Would you please retype, exactly, the lines of the listing below between the line with "f 50 305 307" and the line with "f 274 270 282", inclusive?

Entries provided -
━━━━━━━━━━━━━━━━━━━━━━━━━━━━━━

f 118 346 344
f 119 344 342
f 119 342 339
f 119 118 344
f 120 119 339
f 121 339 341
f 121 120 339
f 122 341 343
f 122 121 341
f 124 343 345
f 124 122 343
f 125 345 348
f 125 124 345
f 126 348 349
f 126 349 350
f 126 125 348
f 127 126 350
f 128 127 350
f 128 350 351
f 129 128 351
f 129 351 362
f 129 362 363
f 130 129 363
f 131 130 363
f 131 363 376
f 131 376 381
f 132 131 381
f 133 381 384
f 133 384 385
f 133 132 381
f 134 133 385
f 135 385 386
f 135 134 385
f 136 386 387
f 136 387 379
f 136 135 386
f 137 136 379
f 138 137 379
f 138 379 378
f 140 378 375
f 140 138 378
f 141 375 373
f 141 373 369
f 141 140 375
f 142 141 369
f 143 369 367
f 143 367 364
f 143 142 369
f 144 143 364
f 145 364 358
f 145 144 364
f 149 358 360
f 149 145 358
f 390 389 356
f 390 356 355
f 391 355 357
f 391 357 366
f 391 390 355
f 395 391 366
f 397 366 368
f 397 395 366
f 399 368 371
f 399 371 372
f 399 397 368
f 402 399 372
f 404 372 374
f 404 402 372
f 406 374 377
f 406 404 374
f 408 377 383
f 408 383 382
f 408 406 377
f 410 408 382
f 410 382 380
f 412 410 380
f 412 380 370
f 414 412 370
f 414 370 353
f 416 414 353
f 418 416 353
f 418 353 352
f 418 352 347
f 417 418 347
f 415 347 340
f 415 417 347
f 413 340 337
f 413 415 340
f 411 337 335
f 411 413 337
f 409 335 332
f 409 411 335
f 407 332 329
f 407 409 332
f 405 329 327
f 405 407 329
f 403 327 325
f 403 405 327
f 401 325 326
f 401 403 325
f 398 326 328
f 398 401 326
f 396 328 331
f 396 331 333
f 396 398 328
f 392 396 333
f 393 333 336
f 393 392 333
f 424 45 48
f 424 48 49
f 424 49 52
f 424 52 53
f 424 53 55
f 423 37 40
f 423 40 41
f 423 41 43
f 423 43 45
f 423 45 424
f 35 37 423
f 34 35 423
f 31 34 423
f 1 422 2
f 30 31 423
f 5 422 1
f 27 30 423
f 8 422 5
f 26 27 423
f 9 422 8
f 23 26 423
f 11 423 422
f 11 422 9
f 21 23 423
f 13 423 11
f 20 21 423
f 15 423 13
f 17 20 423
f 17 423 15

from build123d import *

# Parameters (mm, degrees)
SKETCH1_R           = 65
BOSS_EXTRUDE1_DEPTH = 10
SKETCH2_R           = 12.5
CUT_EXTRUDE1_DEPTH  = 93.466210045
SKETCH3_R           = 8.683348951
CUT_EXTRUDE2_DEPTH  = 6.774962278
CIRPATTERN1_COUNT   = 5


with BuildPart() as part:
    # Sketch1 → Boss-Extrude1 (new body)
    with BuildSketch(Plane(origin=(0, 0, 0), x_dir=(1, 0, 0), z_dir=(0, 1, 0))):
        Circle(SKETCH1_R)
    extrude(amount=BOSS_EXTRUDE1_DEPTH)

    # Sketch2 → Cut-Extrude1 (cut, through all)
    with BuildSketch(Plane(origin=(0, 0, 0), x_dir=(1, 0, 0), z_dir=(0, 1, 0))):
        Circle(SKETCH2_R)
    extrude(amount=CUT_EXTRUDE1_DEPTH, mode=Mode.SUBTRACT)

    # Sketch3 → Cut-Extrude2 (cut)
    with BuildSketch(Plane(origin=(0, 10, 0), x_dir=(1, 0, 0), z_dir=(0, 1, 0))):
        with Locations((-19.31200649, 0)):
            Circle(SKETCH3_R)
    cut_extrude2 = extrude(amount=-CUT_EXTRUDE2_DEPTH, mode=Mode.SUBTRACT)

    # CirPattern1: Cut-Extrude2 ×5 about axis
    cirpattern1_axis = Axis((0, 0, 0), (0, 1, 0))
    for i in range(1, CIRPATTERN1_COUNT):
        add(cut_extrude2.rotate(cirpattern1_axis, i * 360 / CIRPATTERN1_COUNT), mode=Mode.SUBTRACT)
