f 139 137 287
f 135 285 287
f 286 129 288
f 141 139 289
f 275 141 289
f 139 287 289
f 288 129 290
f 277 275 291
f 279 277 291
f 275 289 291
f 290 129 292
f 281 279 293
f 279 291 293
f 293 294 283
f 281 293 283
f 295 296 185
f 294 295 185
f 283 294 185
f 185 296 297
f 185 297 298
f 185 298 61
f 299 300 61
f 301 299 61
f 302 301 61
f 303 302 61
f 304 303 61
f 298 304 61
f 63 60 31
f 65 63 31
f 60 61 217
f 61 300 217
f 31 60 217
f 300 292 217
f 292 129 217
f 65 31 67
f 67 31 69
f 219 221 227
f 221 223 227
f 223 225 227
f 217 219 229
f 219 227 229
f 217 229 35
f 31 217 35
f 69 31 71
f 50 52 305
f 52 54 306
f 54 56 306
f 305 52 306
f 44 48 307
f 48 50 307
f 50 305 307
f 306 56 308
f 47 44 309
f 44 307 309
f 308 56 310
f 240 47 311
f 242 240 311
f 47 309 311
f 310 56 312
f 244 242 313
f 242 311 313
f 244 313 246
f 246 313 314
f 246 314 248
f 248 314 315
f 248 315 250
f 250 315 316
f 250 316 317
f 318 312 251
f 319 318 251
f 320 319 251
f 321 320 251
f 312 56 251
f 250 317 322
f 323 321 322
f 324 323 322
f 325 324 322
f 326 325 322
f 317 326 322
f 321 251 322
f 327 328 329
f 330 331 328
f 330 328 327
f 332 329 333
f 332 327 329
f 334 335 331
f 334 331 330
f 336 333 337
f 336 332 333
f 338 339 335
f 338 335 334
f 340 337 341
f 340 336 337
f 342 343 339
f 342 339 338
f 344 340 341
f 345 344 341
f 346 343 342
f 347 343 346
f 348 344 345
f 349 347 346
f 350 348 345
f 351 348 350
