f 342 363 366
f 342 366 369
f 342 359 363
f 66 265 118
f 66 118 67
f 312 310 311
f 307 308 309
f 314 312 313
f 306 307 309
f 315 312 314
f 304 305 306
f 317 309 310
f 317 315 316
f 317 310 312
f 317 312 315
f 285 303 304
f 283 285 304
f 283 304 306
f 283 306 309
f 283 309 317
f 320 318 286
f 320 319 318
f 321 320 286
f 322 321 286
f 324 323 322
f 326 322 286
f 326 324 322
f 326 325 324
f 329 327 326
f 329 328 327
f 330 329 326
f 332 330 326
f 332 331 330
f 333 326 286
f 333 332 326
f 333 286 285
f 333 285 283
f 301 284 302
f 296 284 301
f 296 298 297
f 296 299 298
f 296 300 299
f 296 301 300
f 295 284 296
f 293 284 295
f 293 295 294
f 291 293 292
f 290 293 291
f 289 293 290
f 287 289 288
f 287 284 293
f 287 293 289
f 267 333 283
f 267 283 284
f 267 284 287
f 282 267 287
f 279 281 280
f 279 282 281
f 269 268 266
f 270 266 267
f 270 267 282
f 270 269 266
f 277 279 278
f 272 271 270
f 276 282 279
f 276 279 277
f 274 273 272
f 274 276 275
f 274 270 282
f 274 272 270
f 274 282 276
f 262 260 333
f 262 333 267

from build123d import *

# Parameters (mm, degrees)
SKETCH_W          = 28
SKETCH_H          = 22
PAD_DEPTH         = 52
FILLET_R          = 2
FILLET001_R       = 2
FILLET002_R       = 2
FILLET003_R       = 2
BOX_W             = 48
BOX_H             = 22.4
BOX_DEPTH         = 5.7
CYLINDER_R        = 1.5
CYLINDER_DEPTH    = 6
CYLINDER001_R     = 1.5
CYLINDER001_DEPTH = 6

━━━━━━━━━━━━━━━━━━━━━━━━━━━━━━

Solution for this exercise -
f 50 305 307
f 306 56 308
f 47 44 309
f 44 307 309
f 308 56 310
f 240 47 311
f 242 240 311
f 47 309 311
f 310 56 312
f 244 242 313
f 242 311 313
f 244 313 246
f 246 313 314
f 246 314 248
f 248 314 315
f 248 315 250
f 250 315 316
f 250 316 317
f 318 312 251
f 319 318 251
f 320 319 251
f 321 320 251
f 312 56 251
f 250 317 322
f 323 321 322
f 324 323 322
f 325 324 322
f 326 325 322
f 317 326 322
f 321 251 322
f 327 328 329
f 330 331 328
f 330 328 327
f 332 329 333
f 332 327 329
f 334 335 331
f 334 331 330
f 336 333 337
f 336 332 333
f 338 339 335
f 338 335 334
f 340 337 341
f 340 336 337
f 342 343 339
f 342 339 338
f 344 340 341
f 345 344 341
f 346 343 342
f 347 343 346
f 348 344 345
f 349 347 346
f 350 348 345
f 351 348 350
f 342 363 366
f 342 366 369
f 342 359 363
f 66 265 118
f 66 118 67
f 312 310 311
f 307 308 309
f 314 312 313
f 306 307 309
f 315 312 314
f 304 305 306
f 317 309 310
f 317 315 316
f 317 310 312
f 317 312 315
f 285 303 304
f 283 285 304
f 283 304 306
f 283 306 309
f 283 309 317
f 320 318 286
f 320 319 318
f 321 320 286
f 322 321 286
f 324 323 322
f 326 322 286
f 326 324 322
f 326 325 324
f 329 327 326
f 329 328 327
f 330 329 326
f 332 330 326
f 332 331 330
f 333 326 286
f 333 332 326
f 333 286 285
f 333 285 283
f 301 284 302
f 296 284 301
f 296 298 297
f 296 299 298
f 296 300 299
f 296 301 300
f 295 284 296
f 293 284 295
f 293 295 294
f 291 293 292
f 290 293 291
f 289 293 290
f 287 289 288
f 287 284 293
f 287 293 289
f 267 333 283
f 267 283 284
f 267 284 287
f 282 267 287
f 279 281 280
f 279 282 281
f 269 268 266
f 270 266 267
f 270 267 282
f 270 269 266
f 277 279 278
f 272 271 270
f 276 282 279
f 276 279 277
f 274 273 272
f 274 276 275
f 274 270 282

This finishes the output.